Integrate[x^2*Log[1 - x^4]/(1 + x^4), {x, 0, 1/2, 1}]

N[%]

(*  -0.162858 - 2.28333*10^-16 I  *)

• Thank you. It's interesting. The question arises: why Integrate[x^2*Log[1 - x^4]/(1 + x^4), {x, 0, I, 1}]==Integrate[x^2*Log[1 - x^4]/(1 + x^4), {x, 0,1}]? The imaginary unit is a singularity (a branch point) of the integrand so the application of the Cauchy's theorem is not clear to me. Also we deal with improper integrals. The command Integrate[x^2*Log[1 - x^4]/(1 + x^4), {x, 0, I, 1}] returns the input on my comp in several minutes. As far as I understand it, you simply do NIntegrate[x^2*Log[1 - x^4]/(1 + x^4), {x, 0, I, 1}]. Commented Feb 27, 2021 at 6:13
• The same issue with Integrate[x^2*Log[1 - x^4]/(1 + x^4), {x, 0, 1/2, 1}]. Corollary: this is not it. Commented Feb 27, 2021 at 6:53
• -1. I repeat again: you calculate its numerical value in a weird way only. The symbolic result is not obtained. Commented Feb 27, 2021 at 10:07
• @user64494 You made a mistake. Commented Feb 27, 2021 at 15:12
• @user64494 your downvoting is unjustified and unfair. If you omit the evaluation with N[], the Integrate[] does return a (complicated!) symbolic result, which Michael has mercifully omitted. Commented Feb 27, 2021 at 17:06

The integration with help of Rubi gives after inserting the limits:

(1/(4*Sqrt[2]))*(Pi*Log[2] - Log[(Sqrt[2] + 1)^2]*Log[2] +
PolyLog[2, -(Sqrt[2] + 1)^2] - PolyLog[2, (Sqrt[2] - 1)^4]/2 +
Re[4*PolyLog[2, I*(Sqrt[2] - 1)] - 4*PolyLog[2, I*(Sqrt[2] + 1)] +
PolyLog[2, (Sqrt[2] + 1)^2 + I/1000000000000]] +
Im[-8*(PolyLog[2, I*(Sqrt[2] - 1)] + PolyLog[2, I*(Sqrt[2] + 1)]) +
2*PolyLog[2, (Sqrt[2] + 1)^2 + I/1000000000000]]/2)

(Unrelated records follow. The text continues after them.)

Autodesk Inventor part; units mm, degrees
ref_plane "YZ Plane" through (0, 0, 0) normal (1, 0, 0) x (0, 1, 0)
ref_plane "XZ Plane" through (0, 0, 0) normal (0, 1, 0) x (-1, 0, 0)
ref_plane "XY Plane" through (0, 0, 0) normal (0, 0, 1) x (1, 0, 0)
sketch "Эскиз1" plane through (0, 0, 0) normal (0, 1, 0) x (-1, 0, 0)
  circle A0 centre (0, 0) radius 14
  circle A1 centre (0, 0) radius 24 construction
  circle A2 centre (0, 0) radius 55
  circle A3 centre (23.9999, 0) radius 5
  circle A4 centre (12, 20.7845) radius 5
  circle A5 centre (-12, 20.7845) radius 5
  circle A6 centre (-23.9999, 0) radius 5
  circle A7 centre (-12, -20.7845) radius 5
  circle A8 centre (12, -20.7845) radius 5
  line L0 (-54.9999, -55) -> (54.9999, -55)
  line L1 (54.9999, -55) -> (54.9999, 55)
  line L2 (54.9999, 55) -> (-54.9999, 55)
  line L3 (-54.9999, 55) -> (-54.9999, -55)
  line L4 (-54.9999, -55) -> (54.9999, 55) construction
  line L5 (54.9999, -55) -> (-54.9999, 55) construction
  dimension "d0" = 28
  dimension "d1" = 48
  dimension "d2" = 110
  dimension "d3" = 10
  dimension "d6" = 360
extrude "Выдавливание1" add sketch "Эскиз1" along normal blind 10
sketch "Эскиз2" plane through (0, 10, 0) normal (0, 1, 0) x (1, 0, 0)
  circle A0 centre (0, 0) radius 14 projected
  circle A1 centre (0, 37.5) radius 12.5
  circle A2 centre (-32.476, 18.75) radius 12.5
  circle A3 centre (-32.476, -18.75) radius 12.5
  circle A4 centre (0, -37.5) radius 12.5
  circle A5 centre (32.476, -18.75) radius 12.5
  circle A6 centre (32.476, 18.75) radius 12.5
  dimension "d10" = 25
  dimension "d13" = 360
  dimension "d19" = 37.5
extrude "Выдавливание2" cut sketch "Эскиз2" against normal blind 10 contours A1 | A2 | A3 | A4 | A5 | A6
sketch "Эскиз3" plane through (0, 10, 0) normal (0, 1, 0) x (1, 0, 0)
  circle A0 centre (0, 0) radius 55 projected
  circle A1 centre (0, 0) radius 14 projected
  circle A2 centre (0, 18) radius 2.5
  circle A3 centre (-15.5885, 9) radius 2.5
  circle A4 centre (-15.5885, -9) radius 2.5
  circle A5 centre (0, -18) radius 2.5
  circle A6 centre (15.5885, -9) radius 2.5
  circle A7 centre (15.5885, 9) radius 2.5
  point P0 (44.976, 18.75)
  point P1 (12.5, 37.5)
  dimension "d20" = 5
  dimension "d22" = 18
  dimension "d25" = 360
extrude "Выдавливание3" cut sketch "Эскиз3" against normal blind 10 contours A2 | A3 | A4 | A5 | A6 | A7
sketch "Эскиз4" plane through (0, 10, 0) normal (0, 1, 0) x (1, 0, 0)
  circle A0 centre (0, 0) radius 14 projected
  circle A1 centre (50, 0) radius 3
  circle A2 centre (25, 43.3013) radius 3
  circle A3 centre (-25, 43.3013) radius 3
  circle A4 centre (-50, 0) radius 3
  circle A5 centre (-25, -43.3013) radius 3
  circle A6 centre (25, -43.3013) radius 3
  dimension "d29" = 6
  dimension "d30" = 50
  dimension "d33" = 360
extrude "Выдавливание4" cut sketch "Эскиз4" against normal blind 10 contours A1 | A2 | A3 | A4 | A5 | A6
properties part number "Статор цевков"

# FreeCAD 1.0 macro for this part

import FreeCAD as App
import Part
import Sketcher


def add_polygon(sketch, points):
    """Adds a closed chain of lines whose ends are joined by coincident constraints."""
    first, n = sketch.GeometryCount, len(points)
    for a, b in zip(points, points[1:] + points[:1]):
        sketch.addGeometry(Part.LineSegment(App.Vector(*a, 0), App.Vector(*b, 0)), False)
    for i in range(n):
        sketch.addConstraint(Sketcher.Constraint("Coincident", first + i, 2, first + (i + 1) % n, 1))

doc = App.newDocument("Part")
body = doc.addObject("PartDesign::Body", "Body")

sketch1 = body.newObject("Sketcher::SketchObject", "Sketch")
sketch1.AttachmentSupport = (doc.getObject("XZ_Plane"), [""])
sketch1.MapMode = "FlatFace"
add_polygon(sketch1, [(-55, -55), (-55, 55), (55, 55), (55, -55)])
sketch1.addGeometry(Part.Circle(App.Vector(12, -21, 0), App.Vector(0, 0, 1), 5), False)
sketch1.addGeometry(Part.Circle(App.Vector(-12, -21, 0), App.Vector(0, 0, 1), 5), False)
sketch1.addGeometry(Part.Circle(App.Vector(24, 0, 0), App.Vector(0, 0, 1), 5), False)
sketch1.addGeometry(Part.Circle(App.Vector(0, 0, 0), App.Vector(0, 0, 1), 14), False)
sketch1.addGeometry(Part.Circle(App.Vector(12, 21, 0), App.Vector(0, 0, 1), 5), False)
sketch1.addGeometry(Part.Circle(App.Vector(-24, 0, 0), App.Vector(0, 0, 1), 5), False)
sketch1.addGeometry(Part.Circle(App.Vector(-12, 21, 0), App.Vector(0, 0, 1), 5), False)
sketch1.addConstraint([
    Sketcher.Constraint("Vertical", 0),
    Sketcher.Constraint("Horizontal", 1),
    Sketcher.Constraint("Vertical", 2),
    Sketcher.Constraint("Horizontal", 3),
    Sketcher.Constraint("Coincident", 7, 3, -1, 1),
    Sketcher.Constraint("Equal", 4, 5),
    Sketcher.Constraint("Equal", 5, 6),
    Sketcher.Constraint("Equal", 6, 8),
    Sketcher.Constraint("Equal", 8, 9),
    Sketcher.Constraint("Equal", 9, 10),
    Sketcher.Constraint("Symmetric", 5, 3, 8, 3, -1, 1),
    Sketcher.Constraint("Symmetric", 6, 3, 9, 3, -1, 1),
    Sketcher.Constraint("Symmetric", 4, 3, 10, 3, -1, 1),
    Sketcher.Constraint("Symmetric", 0, 2, 2, 2, -1, 1),
    Sketcher.Constraint("Symmetric", 4, 3, 5, 3, -2),
    Sketcher.Constraint("PointOnObject", 6, 3, -1),
    Sketcher.Constraint("Diameter", 4, 10.0),
    Sketcher.Constraint("Diameter", 7, 28.0),
    Sketcher.Constraint("DistanceY", 0, 1, 0, 2, 110.0),
    Sketcher.Constraint("DistanceX", 1, 1, 1, 2, 109.9998),
    Sketcher.Constraint("DistanceX", -1, 1, 4, 3, 12.0),
    Sketcher.Constraint("DistanceX", -1, 1, 6, 3, 24.0),
    Sketcher.Constraint("DistanceY", 4, 3, 8, 3, 41.569),
])
pad1 = body.newObject("PartDesign::Pad", "Pad")
pad1.Profile = sketch1
pad1.Length = 10
pad1.Reversed = True

sketch2 = body.newObject("Sketcher::SketchObject", "Sketch001")
sketch2.AttachmentSupport = (doc.getObject("XZ_Plane"), [""])
sketch2.MapMode = "FlatFace"
sketch2.AttachmentOffset = App.Placement(App.Vector(0, 0, -10), App.Rotation())
sketch2.addGeometry([
    Part.Circle(App.Vector(0, -38, 0), App.Vector(0, 0, 1), 12),
    Part.Circle(App.Vector(-32, -19, 0), App.Vector(0, 0, 1), 12),
    Part.Circle(App.Vector(-32, 19, 0), App.Vector(0, 0, 1), 12),
    Part.Circle(App.Vector(0, 38, 0), App.Vector(0, 0, 1), 12),
    Part.Circle(App.Vector(32, 19, 0), App.Vector(0, 0, 1), 12),
    Part.Circle(App.Vector(32, -19, 0), App.Vector(0, 0, 1), 12),
], False)
sketch2.addConstraint([
    Sketcher.Constraint("Equal", 0, 1),
    Sketcher.Constraint("Equal", 1, 2),
    Sketcher.Constraint("Equal", 2, 3),
    Sketcher.Constraint("Equal", 3, 4),
    Sketcher.Constraint("Equal", 4, 5),
    Sketcher.Constraint("Symmetric", 0, 3, 3, 3, -1, 1),
    Sketcher.Constraint("Symmetric", 1, 3, 4, 3, -1, 1),
    Sketcher.Constraint("Symmetric", 2, 3, 5, 3, -1, 1),
    Sketcher.Constraint("Symmetric", 2, 3, 4, 3, -2),
    Sketcher.Constraint("PointOnObject", 0, 3, -2),
    Sketcher.Constraint("Diameter", 0, 25.0),
    Sketcher.Constraint("DistanceY", 0, 3, -1, 1, 37.5),
    Sketcher.Constraint("DistanceY", 1, 3, 2, 3, 37.5),
    Sketcher.Constraint("DistanceX", 1, 3, -1, 1, 32.476),
])
pocket1 = body.newObject("PartDesign::Pocket", "Pocket")
pocket1.Profile = sketch2
pocket1.Length = 10
pocket1.Reversed = True

sketch3 = body.newObject("Sketcher::SketchObject", "Sketch002")
sketch3.AttachmentSupport = (doc.getObject("XZ_Plane"), [""])
sketch3.MapMode = "FlatFace"
sketch3.AttachmentOffset = App.Placement(App.Vector(0, 0, -10), App.Rotation())
sketch3.addGeometry([
    Part.Circle(App.Vector(0, -18, 0), App.Vector(0, 0, 1), 2.5),
    Part.Circle(App.Vector(-15.6, -9, 0), App.Vector(0, 0, 1), 2.5),
    Part.Circle(App.Vector(-15.6, 9, 0), App.Vector(0, 0, 1), 2.5),
    Part.Circle(App.Vector(0, 18, 0), App.Vector(0, 0, 1), 2.5),
    Part.Circle(App.Vector(15.6, 9, 0), App.Vector(0, 0, 1), 2.5),
    Part.Circle(App.Vector(15.6, -9, 0), App.Vector(0, 0, 1), 2.5),
], False)
sketch3.addConstraint([
    Sketcher.Constraint("Equal", 0, 1),
    Sketcher.Constraint("Equal", 1, 2),
    Sketcher.Constraint("Equal", 2, 3),
    Sketcher.Constraint("Equal", 3, 4),
    Sketcher.Constraint("Equal", 4, 5),
    Sketcher.Constraint("Symmetric", 0, 3, 3, 3, -1, 1),
    Sketcher.Constraint("Symmetric", 1, 3, 4, 3, -1, 1),
    Sketcher.Constraint("Symmetric", 2, 3, 5, 3, -1, 1),
    Sketcher.Constraint("Symmetric", 2, 3, 4, 3, -2),
    Sketcher.Constraint("PointOnObject", 0, 3, -2),
    Sketcher.Constraint("Diameter", 0, 5.0),
    Sketcher.Constraint("DistanceY", 0, 3, -1, 1, 18.0),
    Sketcher.Constraint("DistanceY", 1, 3, 2, 3, 18.0),
    Sketcher.Constraint("DistanceX", 2, 3, 4, 3, 31.177),
])
pocket2 = body.newObject("PartDesign::Pocket", "Pocket001")
pocket2.Profile = sketch3
pocket2.Length = 10
pocket2.Reversed = True

sketch4 = body.newObject("Sketcher::SketchObject", "Sketch003")
sketch4.AttachmentSupport = (doc.getObject("XZ_Plane"), [""])
sketch4.MapMode = "FlatFace"
sketch4.AttachmentOffset = App.Placement(App.Vector(0, 0, -10), App.Rotation())
sketch4.addGeometry([
    Part.Circle(App.Vector(50, 0, 0), App.Vector(0, 0, 1), 3),
    Part.Circle(App.Vector(25, -43.3, 0), App.Vector(0, 0, 1), 3),
    Part.Circle(App.Vector(-25, -43.3, 0), App.Vector(0, 0, 1), 3),
    Part.Circle(App.Vector(-50, 0, 0), App.Vector(0, 0, 1), 3),
    Part.Circle(App.Vector(-25, 43.3, 0), App.Vector(0, 0, 1), 3),
    Part.Circle(App.Vector(25, 43.3, 0), App.Vector(0, 0, 1), 3),
], False)
sketch4.addConstraint([
    Sketcher.Constraint("Equal", 0, 1),
    Sketcher.Constraint("Equal", 1, 2),
    Sketcher.Constraint("Equal", 2, 3),
    Sketcher.Constraint("Equal", 3, 4),
    Sketcher.Constraint("Equal", 4, 5),
    Sketcher.Constraint("Symmetric", 0, 3, 3, 3, -1, 1),
    Sketcher.Constraint("Symmetric", 1, 3, 4, 3, -1, 1),
    Sketcher.Constraint("Symmetric", 2, 3, 5, 3, -1, 1),
    Sketcher.Constraint("Symmetric", 1, 3, 2, 3, -2),
    Sketcher.Constraint("PointOnObject", 0, 3, -1),
    Sketcher.Constraint("Diameter", 0, 6.0),
    Sketcher.Constraint("DistanceX", -1, 1, 0, 3, 50.0),
    Sketcher.Constraint("DistanceX", 2, 3, 1, 3, 50.0),
    Sketcher.Constraint("DistanceY", 1, 3, -1, 1, 43.3013),
])
pocket3 = body.newObject("PartDesign::Pocket", "Pocket002")
pocket3.Profile = sketch4
pocket3.Length = 10
pocket3.Reversed = True

doc.recompute()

which I don't know how to further simplify. The small imaginary offset in the argument of the PolyLog 'pushes' the sign of its imaginary part to the positive side. Otherwise the numeric result would be wrong.

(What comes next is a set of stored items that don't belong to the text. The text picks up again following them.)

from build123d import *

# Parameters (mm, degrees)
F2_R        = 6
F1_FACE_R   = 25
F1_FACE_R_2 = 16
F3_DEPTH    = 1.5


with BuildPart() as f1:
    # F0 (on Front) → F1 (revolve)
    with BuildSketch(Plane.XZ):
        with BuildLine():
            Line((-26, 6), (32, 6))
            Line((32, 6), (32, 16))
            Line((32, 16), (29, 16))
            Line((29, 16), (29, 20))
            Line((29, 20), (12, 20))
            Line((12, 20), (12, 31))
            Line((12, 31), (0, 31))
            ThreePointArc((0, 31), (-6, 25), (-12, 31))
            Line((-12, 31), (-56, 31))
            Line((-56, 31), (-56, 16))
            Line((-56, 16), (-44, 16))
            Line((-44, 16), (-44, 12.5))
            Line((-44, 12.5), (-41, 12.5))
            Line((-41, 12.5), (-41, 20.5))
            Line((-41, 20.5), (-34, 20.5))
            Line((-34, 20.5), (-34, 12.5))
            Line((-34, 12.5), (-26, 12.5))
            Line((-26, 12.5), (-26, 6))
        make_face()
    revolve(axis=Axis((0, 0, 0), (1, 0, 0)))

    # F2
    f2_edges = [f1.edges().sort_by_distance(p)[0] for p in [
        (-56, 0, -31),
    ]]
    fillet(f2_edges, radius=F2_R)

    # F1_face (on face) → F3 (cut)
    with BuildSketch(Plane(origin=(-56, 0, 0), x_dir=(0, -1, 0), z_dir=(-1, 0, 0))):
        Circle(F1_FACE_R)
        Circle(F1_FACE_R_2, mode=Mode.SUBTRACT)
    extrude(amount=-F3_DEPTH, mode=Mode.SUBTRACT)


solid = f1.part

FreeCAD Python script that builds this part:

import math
import FreeCAD as App
import Part
import Sketcher
from FreeCAD import Vector
Q = App.Units.Quantity


def edges_at(feature, points):
    """Names of the edges that pass closest to the given points."""
    edges = feature.Shape.Edges
    near = lambda p: min(range(len(edges)), key=lambda i: edges[i].distToShape(Part.Vertex(*p))[0])
    return sorted({f"Edge{near(p) + 1}" for p in points})

doc = App.newDocument("Part")
body = doc.addObject("PartDesign::Body", "Body")

# Sketch on XZ plane
sketch1 = doc.addObject("Sketcher::SketchObject", "Sketch")
body.addObject(sketch1)
sketch1.AttachmentSupport = (doc.XZ_Plane, [""])
sketch1.MapMode = "FlatFace"
sketch1.addGeometry([
    Part.LineSegment(Vector(-26, 6, 0), Vector(32, 6, 0)),  # 0
    Part.LineSegment(Vector(32, 6, 0), Vector(32, 16, 0)),  # 1
    Part.LineSegment(Vector(32, 16, 0), Vector(29, 16, 0)),  # 2
    Part.LineSegment(Vector(29, 16, 0), Vector(29, 20, 0)),  # 3
    Part.LineSegment(Vector(29, 20, 0), Vector(12, 20, 0)),  # 4
    Part.LineSegment(Vector(12, 20, 0), Vector(12, 31, 0)),  # 5
    Part.LineSegment(Vector(12, 31, 0), Vector(0, 31, 0)),  # 6
    Part.ArcOfCircle(Part.Circle(Vector(-6, 31, 0), Vector(0, 0, 1), 6), math.radians(180), math.radians(360)),  # 7
    Part.LineSegment(Vector(-12, 31, 0), Vector(-56, 31, 0)),  # 8
    Part.LineSegment(Vector(-56, 31, 0), Vector(-56, 16, 0)),  # 9
    Part.LineSegment(Vector(-56, 16, 0), Vector(-44, 16, 0)),  # 10
    Part.LineSegment(Vector(-44, 16, 0), Vector(-44, 12.5, 0)),  # 11
    Part.LineSegment(Vector(-44, 12.5, 0), Vector(-41, 12.5, 0)),  # 12
    Part.LineSegment(Vector(-41, 12.5, 0), Vector(-41, 20.5, 0)),  # 13
    Part.LineSegment(Vector(-41, 20.5, 0), Vector(-34, 20.5, 0)),  # 14
    Part.LineSegment(Vector(-34, 20.5, 0), Vector(-34, 12.5, 0)),  # 15
    Part.LineSegment(Vector(-34, 12.5, 0), Vector(-26, 12.5, 0)),  # 16
    Part.LineSegment(Vector(-26, 12.5, 0), Vector(-26, 6, 0)),  # 17
], False)
sketch1.addConstraint([
    Sketcher.Constraint("Coincident", 0, 2, 1, 1),
    Sketcher.Constraint("Coincident", 1, 2, 2, 1),
    Sketcher.Constraint("Coincident", 2, 2, 3, 1),
    Sketcher.Constraint("Coincident", 3, 2, 4, 1),
    Sketcher.Constraint("Coincident", 4, 2, 5, 1),
    Sketcher.Constraint("Coincident", 5, 2, 6, 1),
    Sketcher.Constraint("Coincident", 6, 2, 7, 2),
    Sketcher.Constraint("Coincident", 7, 1, 8, 1),
    Sketcher.Constraint("Coincident", 8, 2, 9, 1),
    Sketcher.Constraint("Coincident", 9, 2, 10, 1),
    Sketcher.Constraint("Coincident", 10, 2, 11, 1),
    Sketcher.Constraint("Coincident", 11, 2, 12, 1),
    Sketcher.Constraint("Coincident", 12, 2, 13, 1),
    Sketcher.Constraint("Coincident", 13, 2, 14, 1),
    Sketcher.Constraint("Coincident", 14, 2, 15, 1),
    Sketcher.Constraint("Coincident", 15, 2, 16, 1),
    Sketcher.Constraint("Coincident", 16, 2, 17, 1),
    Sketcher.Constraint("Coincident", 17, 2, 0, 1),
    Sketcher.Constraint("Horizontal", 0),
    Sketcher.Constraint("Vertical", 1),
    Sketcher.Constraint("Horizontal", 2),
    Sketcher.Constraint("Vertical", 3),
    Sketcher.Constraint("Horizontal", 4),
    Sketcher.Constraint("Vertical", 5),
    Sketcher.Constraint("Horizontal", 6),
    Sketcher.Constraint("Horizontal", 8),
    Sketcher.Constraint("Vertical", 9),
    Sketcher.Constraint("Horizontal", 10),
    Sketcher.Constraint("Vertical", 11),
    Sketcher.Constraint("Horizontal", 12),
    Sketcher.Constraint("Vertical", 13),
    Sketcher.Constraint("Horizontal", 14),
    Sketcher.Constraint("Vertical", 15),
    Sketcher.Constraint("Horizontal", 16),
    Sketcher.Constraint("Vertical", 17),
    Sketcher.Constraint("Symmetric", 5, 2, 7, 1, -2),
    Sketcher.Constraint("PointOnObject", 6, 2, -2),
    Sketcher.Constraint("Horizontal", 7, 3, 5, 2),
    Sketcher.Constraint("Horizontal", 2, 2, 9, 2),
    Sketcher.Constraint("Horizontal", 12, 2, 15, 2),
    Sketcher.Constraint("Equal", 6, 10),
    Sketcher.Constraint("Equal", 2, 12),
    Sketcher.Constraint("Equal", 16, 13),
    Sketcher.Constraint("Radius", 7, Q("6 mm")),
    Sketcher.Constraint("DistanceX", 0, 1, 0, 2, Q("58 mm")),
    Sketcher.Constraint("DistanceX", 2, 2, 2, 1, Q("3 mm")),
    Sketcher.Constraint("DistanceX", 4, 2, 4, 1, Q("17 mm")),
    Sketcher.Constraint("DistanceX", 8, 2, 8, 1, Q("44 mm")),
    Sketcher.Constraint("DistanceX", 14, 1, 14, 2, Q("7 mm")),
    Sketcher.Constraint("DistanceY", 1, 1, 1, 2, Q("10 mm")),
    Sketcher.Constraint("DistanceY", 3, 1, 3, 2, Q("4 mm")),
    Sketcher.Constraint("DistanceY", 5, 1, 5, 2, Q("11 mm")),
    Sketcher.Constraint("DistanceY", 11, 2, 11, 1, Q("3.5 mm")),
    Sketcher.Constraint("DistanceY", -1, 1, 7, 3, Q("31 mm")),
])
revolution = doc.addObject("PartDesign::Revolution", "Revolution")
body.addObject(revolution)
revolution.Profile = sketch1
revolution.ReferenceAxis = (sketch1, ["H_Axis"])
revolution.Angle = 360
doc.recompute()

fillet = doc.addObject("PartDesign::Fillet", "Fillet")
body.addObject(fillet)
fillet.Base = (revolution, edges_at(revolution, [(-56, 0, -31)]))
fillet.Radius = 6

# Sketch on YZ plane
sketch2 = doc.addObject("Sketcher::SketchObject", "Sketch001")
body.addObject(sketch2)
sketch2.AttachmentSupport = (doc.YZ_Plane, [""])
sketch2.MapMode = "FlatFace"
sketch2.AttachmentOffset = App.Placement(Vector(0, 0, -56), App.Rotation())
sketch2.addGeometry([
    Part.Circle(Vector(0, 0, 0), Vector(0, 0, 1), 25),
    Part.Circle(Vector(0, 0, 0), Vector(0, 0, 1), 16),
], False)
sketch2.addConstraint([
    Sketcher.Constraint("Coincident", 0, 3, -1, 1),
    Sketcher.Constraint("Coincident", 1, 3, -1, 1),
    Sketcher.Constraint("Diameter", 0, Q("50 mm")),
    Sketcher.Constraint("Diameter", 1, Q("32 mm")),
])
pocket1 = doc.addObject("PartDesign::Pocket", "Pocket")
body.addObject(pocket1)
pocket1.Profile = sketch2
pocket1.Length = 1.5
pocket1.Reversed = True

doc.recompute()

Addendum: the imaginary part of the mentioned PolyLog is

2*Pi*Log[Sqrt[2] + 1]


so the result can be written

(1/(4*Sqrt[2]))*( Pi^2/3 + Pi*(2*Log[Sqrt[2] + 1] + Log[2]) -
2*Log[Sqrt[2] + 1]*(Log[Sqrt[2] + 1] + Log[2])-PolyLog[2, (Sqrt[2] - 1)^2] +
PolyLog[2, -(Sqrt[2] + 1)^2] - (1/2)*PolyLog[2, (Sqrt[2] - 1)^4] +
Re[4*PolyLog[2, I*(Sqrt[2] - 1)] - 4*PolyLog[2, I*(Sqrt[2] + 1)]]
-4*Im[PolyLog[2, I*(Sqrt[2] - 1)] + PolyLog[2, I*(Sqrt[2] + 1)]])


2.Addendum: The last may be further simplified to

(1/(4*Sqrt[2]))*(Pi^2/3 + Pi*Log[2]+2*Pi*Log[Sqrt[2]+1] -
2*Log[1+Sqrt[2]]*Log[2*(1+Sqrt[2])]-2*PolyLog[2,(Sqrt[2]-1)^2] - (Sqrt[2]+1)*
LerchPhi[-(Sqrt[2]+1)^2,2,1/2]-(Sqrt[2]-1)*LerchPhi[-(Sqrt[2]-1)^2,2, 1/2])

• Thank you. In fact, Rubi reduces the improper integral under consideration to other integrals through PolyLog. Commented Feb 27, 2021 at 6:05

Strangely, it works when done correctly via limit:

f[a_] = Assuming[0 < a < 1,
Integrate[(x^2 Log[1 - x^4])/(1 + x^4), {x, 0, a}]];
A = Limit[f[a], a -> 1, Direction -> "FromBelow"];
N[A]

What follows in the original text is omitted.